Но такие светлые часы случались в жизни вдовца все реже. Лишь когда он начищал ружья к предстоящей охоте, как будто загорался, свистом подзывал к себе любимую легавую, трепал за холку, утыкался носом в тёплую собачью макушку. Но вскоре вновь впадал в оцепенение, уставившись куда-то в угол, никого не замечая. Тоска и нежелание жить разъедали его изнутри.
Утро, когда Александру исполнилось десять лет, началось с заполошного крика Дуняши:
– Убили! Убили барина!
Деревенская кормилица Саши с растерянным лицом выбежала из комнаты хозяина и зашлась в истерике. Вскоре в доме появились врач, жандарм и судебный пристав. Расположились они в кабинете отца, где лежал на кушетке раненый.
Первой вызвали Дуняшу:
– Барин Алексей Сергеевич вот уже неделю перед обедом полштофа водки осушить изволят… Я принесла ему покушать в кабинет, как водится. Алексей Сергеевич чистил шомполом ружье, я к столу еду-то ставить, и тут барин спрашивает, мол, барыня Ольга Николаевна уже проснулась? Хочу, говорит, с ней кофию отпить. Я и взмолилась, помилуйте, барин, Ольги Николаевны уже десять лет как в живых нет… Тут барин пришел в совершенную ярость, схватил за ствол ружье и кинулся догонять меня, чтобы прикладом стукнуть. Я конечно от него и вдруг слышу – выстрел. Алексей Сергеевич как бежал, так повалился на пол в дыму, а из живота кровь хлещет…

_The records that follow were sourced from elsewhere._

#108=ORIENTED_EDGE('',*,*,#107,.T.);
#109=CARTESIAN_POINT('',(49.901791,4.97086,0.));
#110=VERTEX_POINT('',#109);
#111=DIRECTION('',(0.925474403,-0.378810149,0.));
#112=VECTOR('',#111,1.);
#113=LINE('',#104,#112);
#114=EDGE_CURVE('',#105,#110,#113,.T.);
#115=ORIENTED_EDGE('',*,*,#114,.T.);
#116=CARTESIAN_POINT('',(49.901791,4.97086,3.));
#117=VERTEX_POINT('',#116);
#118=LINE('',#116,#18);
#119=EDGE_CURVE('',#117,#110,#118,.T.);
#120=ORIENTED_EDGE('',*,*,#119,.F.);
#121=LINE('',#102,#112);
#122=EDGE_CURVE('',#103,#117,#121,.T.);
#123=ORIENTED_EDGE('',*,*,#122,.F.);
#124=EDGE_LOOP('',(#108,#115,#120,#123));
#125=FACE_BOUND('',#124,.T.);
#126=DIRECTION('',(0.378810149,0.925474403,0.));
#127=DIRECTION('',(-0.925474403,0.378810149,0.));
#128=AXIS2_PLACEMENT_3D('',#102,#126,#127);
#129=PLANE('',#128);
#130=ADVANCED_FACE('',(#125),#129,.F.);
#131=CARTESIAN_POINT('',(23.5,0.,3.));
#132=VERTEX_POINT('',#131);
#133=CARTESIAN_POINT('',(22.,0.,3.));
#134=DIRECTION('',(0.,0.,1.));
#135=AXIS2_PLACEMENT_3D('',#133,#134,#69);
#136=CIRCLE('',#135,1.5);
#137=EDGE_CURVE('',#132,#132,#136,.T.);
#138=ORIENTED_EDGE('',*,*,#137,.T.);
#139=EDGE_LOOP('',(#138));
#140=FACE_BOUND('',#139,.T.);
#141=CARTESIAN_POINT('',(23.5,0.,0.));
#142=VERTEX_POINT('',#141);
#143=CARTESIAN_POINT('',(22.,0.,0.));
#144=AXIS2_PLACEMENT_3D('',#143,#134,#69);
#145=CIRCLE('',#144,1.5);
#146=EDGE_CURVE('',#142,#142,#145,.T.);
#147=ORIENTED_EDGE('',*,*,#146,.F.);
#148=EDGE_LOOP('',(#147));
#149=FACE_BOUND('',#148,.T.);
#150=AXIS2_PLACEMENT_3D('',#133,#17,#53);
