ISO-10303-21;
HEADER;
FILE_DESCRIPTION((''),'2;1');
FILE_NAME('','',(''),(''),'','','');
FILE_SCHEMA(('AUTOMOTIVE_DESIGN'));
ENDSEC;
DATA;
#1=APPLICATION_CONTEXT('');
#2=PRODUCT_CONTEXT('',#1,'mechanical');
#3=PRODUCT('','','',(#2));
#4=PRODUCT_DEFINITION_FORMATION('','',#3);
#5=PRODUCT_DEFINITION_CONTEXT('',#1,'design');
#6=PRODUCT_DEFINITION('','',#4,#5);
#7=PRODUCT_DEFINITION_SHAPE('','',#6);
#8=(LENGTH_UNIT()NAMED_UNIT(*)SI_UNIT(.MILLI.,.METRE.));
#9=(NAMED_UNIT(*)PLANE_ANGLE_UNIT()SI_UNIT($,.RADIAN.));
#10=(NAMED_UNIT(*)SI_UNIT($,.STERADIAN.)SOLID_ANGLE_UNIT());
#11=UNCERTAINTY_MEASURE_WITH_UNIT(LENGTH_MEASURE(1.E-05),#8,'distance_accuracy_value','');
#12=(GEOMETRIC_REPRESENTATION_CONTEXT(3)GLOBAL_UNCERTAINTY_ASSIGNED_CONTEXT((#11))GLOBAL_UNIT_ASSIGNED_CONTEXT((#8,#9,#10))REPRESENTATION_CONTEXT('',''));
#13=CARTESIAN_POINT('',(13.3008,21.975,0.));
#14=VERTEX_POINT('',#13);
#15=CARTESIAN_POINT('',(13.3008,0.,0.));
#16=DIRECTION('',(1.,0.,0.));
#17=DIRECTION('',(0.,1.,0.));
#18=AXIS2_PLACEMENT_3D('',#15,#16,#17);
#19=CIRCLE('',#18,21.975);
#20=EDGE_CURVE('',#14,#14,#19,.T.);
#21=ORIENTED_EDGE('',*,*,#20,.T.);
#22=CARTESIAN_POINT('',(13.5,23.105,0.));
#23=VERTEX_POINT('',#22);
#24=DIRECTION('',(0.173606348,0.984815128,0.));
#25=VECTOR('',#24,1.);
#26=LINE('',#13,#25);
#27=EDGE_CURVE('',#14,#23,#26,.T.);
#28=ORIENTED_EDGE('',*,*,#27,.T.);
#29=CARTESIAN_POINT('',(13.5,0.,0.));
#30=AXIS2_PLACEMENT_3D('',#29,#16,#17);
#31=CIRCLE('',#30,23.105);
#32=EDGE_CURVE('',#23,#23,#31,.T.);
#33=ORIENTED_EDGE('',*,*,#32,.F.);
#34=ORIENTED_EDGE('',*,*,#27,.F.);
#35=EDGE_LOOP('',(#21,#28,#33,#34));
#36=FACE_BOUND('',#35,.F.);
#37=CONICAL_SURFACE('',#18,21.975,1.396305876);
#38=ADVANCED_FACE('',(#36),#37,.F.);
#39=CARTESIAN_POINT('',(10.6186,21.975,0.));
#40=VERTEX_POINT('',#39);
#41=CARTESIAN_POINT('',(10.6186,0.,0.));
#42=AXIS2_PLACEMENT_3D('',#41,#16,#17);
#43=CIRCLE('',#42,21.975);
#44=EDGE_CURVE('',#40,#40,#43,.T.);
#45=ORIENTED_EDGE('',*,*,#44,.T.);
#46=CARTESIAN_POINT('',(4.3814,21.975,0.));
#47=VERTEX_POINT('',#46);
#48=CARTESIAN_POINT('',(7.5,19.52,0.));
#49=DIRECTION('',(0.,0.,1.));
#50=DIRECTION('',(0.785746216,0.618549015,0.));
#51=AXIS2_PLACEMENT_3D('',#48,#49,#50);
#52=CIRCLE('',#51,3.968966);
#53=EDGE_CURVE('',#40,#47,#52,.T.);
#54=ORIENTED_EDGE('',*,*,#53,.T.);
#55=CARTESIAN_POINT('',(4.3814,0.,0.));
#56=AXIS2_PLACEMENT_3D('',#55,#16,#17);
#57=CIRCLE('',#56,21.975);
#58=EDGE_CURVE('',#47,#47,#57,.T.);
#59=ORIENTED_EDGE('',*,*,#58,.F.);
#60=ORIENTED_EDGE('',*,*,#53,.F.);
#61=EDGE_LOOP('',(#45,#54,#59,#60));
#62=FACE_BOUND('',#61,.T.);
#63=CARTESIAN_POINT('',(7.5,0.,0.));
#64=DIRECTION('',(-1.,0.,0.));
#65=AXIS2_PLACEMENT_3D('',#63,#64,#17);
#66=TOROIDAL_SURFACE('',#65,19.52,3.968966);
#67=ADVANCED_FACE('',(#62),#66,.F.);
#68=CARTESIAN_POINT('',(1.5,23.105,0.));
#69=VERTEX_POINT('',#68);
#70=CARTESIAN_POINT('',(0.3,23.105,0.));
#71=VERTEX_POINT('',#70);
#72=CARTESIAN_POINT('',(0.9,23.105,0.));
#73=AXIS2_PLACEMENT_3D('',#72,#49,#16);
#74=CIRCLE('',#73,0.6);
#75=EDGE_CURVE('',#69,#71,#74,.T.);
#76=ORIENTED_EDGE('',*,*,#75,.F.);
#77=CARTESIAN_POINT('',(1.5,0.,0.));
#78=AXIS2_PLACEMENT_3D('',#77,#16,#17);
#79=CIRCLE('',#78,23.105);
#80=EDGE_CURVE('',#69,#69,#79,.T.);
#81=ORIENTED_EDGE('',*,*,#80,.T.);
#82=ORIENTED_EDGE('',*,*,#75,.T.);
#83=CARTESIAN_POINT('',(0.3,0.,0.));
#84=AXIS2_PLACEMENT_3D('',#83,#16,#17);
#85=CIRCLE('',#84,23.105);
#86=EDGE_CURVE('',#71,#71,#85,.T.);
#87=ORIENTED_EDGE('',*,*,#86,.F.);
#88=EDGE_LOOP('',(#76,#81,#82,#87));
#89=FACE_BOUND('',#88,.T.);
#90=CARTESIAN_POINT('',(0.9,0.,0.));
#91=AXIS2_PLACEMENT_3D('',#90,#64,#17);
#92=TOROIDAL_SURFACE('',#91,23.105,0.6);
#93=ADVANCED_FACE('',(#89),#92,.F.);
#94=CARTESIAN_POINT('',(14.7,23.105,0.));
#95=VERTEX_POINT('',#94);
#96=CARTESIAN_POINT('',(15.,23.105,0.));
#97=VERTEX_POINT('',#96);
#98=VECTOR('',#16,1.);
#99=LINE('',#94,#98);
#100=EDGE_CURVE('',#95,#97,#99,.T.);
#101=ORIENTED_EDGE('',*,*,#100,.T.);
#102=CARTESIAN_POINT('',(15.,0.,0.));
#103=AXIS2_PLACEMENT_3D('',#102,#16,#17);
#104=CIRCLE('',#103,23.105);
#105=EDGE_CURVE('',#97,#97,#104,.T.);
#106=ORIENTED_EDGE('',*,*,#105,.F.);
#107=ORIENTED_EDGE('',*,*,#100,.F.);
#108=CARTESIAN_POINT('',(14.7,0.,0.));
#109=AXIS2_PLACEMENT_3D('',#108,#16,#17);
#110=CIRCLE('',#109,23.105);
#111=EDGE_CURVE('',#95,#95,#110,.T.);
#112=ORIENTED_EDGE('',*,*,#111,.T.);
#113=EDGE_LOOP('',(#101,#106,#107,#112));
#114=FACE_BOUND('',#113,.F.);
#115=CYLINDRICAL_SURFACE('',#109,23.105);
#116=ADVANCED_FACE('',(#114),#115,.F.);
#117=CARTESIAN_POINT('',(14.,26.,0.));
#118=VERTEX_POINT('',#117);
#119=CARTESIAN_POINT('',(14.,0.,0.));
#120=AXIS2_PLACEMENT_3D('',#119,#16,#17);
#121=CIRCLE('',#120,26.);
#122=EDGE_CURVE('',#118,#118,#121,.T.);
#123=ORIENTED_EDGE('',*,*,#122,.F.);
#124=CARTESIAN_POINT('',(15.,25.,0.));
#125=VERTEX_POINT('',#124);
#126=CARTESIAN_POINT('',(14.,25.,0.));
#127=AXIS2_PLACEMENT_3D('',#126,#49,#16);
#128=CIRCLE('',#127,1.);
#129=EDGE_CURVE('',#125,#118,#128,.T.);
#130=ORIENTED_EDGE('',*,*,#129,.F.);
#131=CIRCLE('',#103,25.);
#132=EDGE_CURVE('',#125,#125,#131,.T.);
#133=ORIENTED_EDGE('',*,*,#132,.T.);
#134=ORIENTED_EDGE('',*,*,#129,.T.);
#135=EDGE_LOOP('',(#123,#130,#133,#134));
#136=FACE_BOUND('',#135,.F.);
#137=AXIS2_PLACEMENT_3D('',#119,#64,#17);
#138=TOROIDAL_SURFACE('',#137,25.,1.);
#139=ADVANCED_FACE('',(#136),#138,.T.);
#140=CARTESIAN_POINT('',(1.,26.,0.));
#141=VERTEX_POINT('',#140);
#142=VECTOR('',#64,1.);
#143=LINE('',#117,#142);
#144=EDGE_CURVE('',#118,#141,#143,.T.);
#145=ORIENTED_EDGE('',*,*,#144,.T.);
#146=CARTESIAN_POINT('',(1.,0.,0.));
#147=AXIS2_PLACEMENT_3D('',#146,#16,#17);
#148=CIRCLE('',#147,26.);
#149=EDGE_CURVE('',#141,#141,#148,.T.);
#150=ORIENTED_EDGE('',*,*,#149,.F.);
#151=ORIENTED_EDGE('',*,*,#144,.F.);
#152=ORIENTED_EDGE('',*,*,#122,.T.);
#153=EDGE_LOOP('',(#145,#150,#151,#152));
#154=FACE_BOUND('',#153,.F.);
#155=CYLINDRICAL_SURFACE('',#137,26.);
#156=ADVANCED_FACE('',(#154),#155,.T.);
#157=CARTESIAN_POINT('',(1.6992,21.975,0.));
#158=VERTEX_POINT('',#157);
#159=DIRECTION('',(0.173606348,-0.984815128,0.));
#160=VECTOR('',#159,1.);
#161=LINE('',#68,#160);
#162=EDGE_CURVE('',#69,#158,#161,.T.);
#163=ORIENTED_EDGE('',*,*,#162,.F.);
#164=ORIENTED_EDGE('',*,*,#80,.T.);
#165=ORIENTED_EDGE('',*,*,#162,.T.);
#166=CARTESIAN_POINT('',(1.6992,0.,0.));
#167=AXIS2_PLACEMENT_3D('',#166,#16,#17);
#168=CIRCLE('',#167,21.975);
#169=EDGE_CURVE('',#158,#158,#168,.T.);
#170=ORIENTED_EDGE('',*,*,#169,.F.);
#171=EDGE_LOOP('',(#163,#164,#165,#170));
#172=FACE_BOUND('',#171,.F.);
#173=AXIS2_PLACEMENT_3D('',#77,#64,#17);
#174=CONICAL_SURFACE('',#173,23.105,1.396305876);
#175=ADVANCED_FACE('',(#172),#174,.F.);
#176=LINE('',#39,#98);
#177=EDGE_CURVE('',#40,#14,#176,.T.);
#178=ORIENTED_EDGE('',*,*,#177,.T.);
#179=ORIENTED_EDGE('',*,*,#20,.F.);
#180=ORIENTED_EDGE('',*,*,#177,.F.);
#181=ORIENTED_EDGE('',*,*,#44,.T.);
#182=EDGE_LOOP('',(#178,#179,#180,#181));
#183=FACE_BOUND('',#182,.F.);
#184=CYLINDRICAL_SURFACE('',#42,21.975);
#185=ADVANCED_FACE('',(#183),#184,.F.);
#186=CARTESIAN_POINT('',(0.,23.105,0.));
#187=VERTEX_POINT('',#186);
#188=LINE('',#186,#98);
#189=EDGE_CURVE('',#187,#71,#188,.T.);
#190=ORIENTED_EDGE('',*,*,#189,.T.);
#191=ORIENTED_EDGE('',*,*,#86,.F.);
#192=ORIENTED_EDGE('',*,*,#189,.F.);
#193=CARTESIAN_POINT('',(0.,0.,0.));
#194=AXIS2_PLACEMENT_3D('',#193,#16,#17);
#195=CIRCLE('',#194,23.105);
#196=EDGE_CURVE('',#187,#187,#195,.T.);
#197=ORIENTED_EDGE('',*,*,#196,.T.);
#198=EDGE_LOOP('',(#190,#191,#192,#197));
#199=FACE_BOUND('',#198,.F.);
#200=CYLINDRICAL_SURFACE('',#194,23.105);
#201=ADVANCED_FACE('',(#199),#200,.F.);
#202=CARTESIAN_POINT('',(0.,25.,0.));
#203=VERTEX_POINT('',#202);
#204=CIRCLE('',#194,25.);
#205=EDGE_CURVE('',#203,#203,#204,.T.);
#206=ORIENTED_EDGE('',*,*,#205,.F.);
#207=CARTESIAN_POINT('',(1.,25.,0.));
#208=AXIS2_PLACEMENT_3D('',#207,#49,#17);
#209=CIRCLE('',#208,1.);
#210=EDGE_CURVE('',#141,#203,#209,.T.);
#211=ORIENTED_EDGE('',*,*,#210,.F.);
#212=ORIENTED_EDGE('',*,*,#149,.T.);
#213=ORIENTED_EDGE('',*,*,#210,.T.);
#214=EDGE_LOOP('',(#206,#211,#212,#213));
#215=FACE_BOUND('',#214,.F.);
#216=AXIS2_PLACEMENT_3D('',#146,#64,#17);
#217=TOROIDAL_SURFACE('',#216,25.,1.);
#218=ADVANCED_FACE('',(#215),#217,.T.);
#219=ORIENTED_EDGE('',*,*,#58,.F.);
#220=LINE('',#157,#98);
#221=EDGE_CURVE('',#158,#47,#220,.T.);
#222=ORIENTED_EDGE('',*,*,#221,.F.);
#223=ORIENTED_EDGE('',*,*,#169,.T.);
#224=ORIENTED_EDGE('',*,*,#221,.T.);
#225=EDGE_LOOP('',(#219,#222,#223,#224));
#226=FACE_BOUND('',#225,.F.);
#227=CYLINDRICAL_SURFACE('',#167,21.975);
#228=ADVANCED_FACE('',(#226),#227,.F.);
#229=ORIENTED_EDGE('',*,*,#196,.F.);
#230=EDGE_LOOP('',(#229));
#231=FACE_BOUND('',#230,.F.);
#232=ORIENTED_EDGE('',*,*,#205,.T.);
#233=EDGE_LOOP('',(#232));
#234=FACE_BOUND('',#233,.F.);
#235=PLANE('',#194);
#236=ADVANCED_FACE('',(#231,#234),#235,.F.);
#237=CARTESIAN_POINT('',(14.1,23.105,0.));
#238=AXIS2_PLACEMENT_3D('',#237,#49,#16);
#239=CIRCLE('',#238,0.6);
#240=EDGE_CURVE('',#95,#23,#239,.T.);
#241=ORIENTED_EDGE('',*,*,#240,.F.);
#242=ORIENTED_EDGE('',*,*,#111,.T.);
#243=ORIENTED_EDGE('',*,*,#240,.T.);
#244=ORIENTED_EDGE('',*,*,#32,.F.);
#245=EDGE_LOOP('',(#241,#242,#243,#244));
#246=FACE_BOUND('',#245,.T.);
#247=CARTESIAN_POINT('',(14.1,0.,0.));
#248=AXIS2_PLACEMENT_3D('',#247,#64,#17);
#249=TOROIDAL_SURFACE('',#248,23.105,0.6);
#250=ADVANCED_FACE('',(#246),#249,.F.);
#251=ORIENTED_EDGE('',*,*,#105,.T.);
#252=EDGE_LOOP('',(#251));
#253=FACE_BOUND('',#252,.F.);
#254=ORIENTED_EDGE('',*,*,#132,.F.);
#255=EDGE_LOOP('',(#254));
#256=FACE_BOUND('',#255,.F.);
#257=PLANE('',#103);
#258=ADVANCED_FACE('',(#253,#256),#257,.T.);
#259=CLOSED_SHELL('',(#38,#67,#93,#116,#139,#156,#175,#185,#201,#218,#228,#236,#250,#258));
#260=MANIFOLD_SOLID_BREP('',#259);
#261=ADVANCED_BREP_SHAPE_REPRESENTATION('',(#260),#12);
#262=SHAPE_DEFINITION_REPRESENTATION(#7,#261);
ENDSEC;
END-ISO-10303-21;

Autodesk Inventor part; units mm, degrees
ref_plane "YZ Plane" through (0, 0, 0) normal (1, 0, 0) x (0, 1, 0)
ref_plane "XZ Plane" through (0, 0, 0) normal (0, 1, 0) x (-1, 0, 0)
ref_plane "XY Plane" through (0, 0, 0) normal (0, 0, 1) x (1, 0, 0)
sketch "Sketch_2" plane through (0, 0, 0) normal (0, 0, 1) x (1, 0, 0)
  line L0 (50, 0) -> (-50, 0)
  line L1 (0, 23.105) -> (0.3, 23.105)
  arc A0 (1.5, 23.105) -> (0.3, 23.105) centre (0.9, 23.105) ccw
  line L2 (1.5, 23.105) -> (1.6992, 21.975)
  line L3 (1.6992, 21.975) -> (4.3814, 21.975)
  arc A1 (10.6186, 21.975) -> (4.3814, 21.975) centre (7.5, 19.52) ccw
  line L4 (10.6186, 21.975) -> (13.3008, 21.975)
  line L5 (13.3008, 21.975) -> (13.5, 23.105)
  arc A2 (14.7, 23.105) -> (13.5, 23.105) centre (14.1, 23.105) ccw
  line L6 (14.7, 23.105) -> (15, 23.105)
  line L7 (15, 23.105) -> (15, 25)
  arc A3 (15, 25) -> (14, 26) centre (14, 25) ccw
  line L8 (14, 26) -> (1, 26)
  arc A4 (1, 26) -> (0, 25) centre (1, 25) ccw
  line L9 (0, 25) -> (0, 23.105)
revolve "Revolution1" add sketch "Sketch_2" angle 360 about axis through (50, 0, 0) along (1, 0, 0)
properties part number "6205_PART2"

Тут Дуняша опять разрыдалась, и врач велел вывести ее из кабинета. Опросили других домочадцев. Случившиеся никто не видел, но все подтверждали сумрачное состояние барина и его пьянство.
– Позовите Александра, – крикнул доктор через час после того как Дуняша выбежала в слезах из кабинета. Испуганного и оробевшего мальчика подвели к отцу. Бледное лицо и ввалившиеся глаза за несколько часов превратили некогда цветущего мужчину в старика.
– Поближе, сын, – прошептал тот, открыв глаза.
– Да, батюшка, – Александр придвинулся и несмело взял отца за руку, – вы ведь не умрете?
– Послушай, – жарко зашептал Алексей Сергеевич, чуть приподнявшись на постели, – я так виноват перед тобой. Прости меня, Саша. Держи экзамены, милый мой, в университет, станешь юристом, не придётся топтать землю как мне, будешь в сытости… Ну, ступай, ступай. Устал я. И нечего тебе на меня такого смотреть. И прости.
Отец опустился на подушку. Поцеловав сухую руку отца Александр, вышел.
После похорон князь Кильдишев поселил мальчика у себя в доме и до самого отъезда крестника в Казань много времени проводил с ним в разговорах о служении родине.
Учеба давалась Саше легко. В детстве он много читал, прячась на чердаке имения от отца и сестер. В книгах он как будто проживал иную жизнь, полную приключений и страсти. У него не было семьи, где бы им гордились, где он был бы равным, его только жалели и втайне сожалели, что из-за него умерла мать.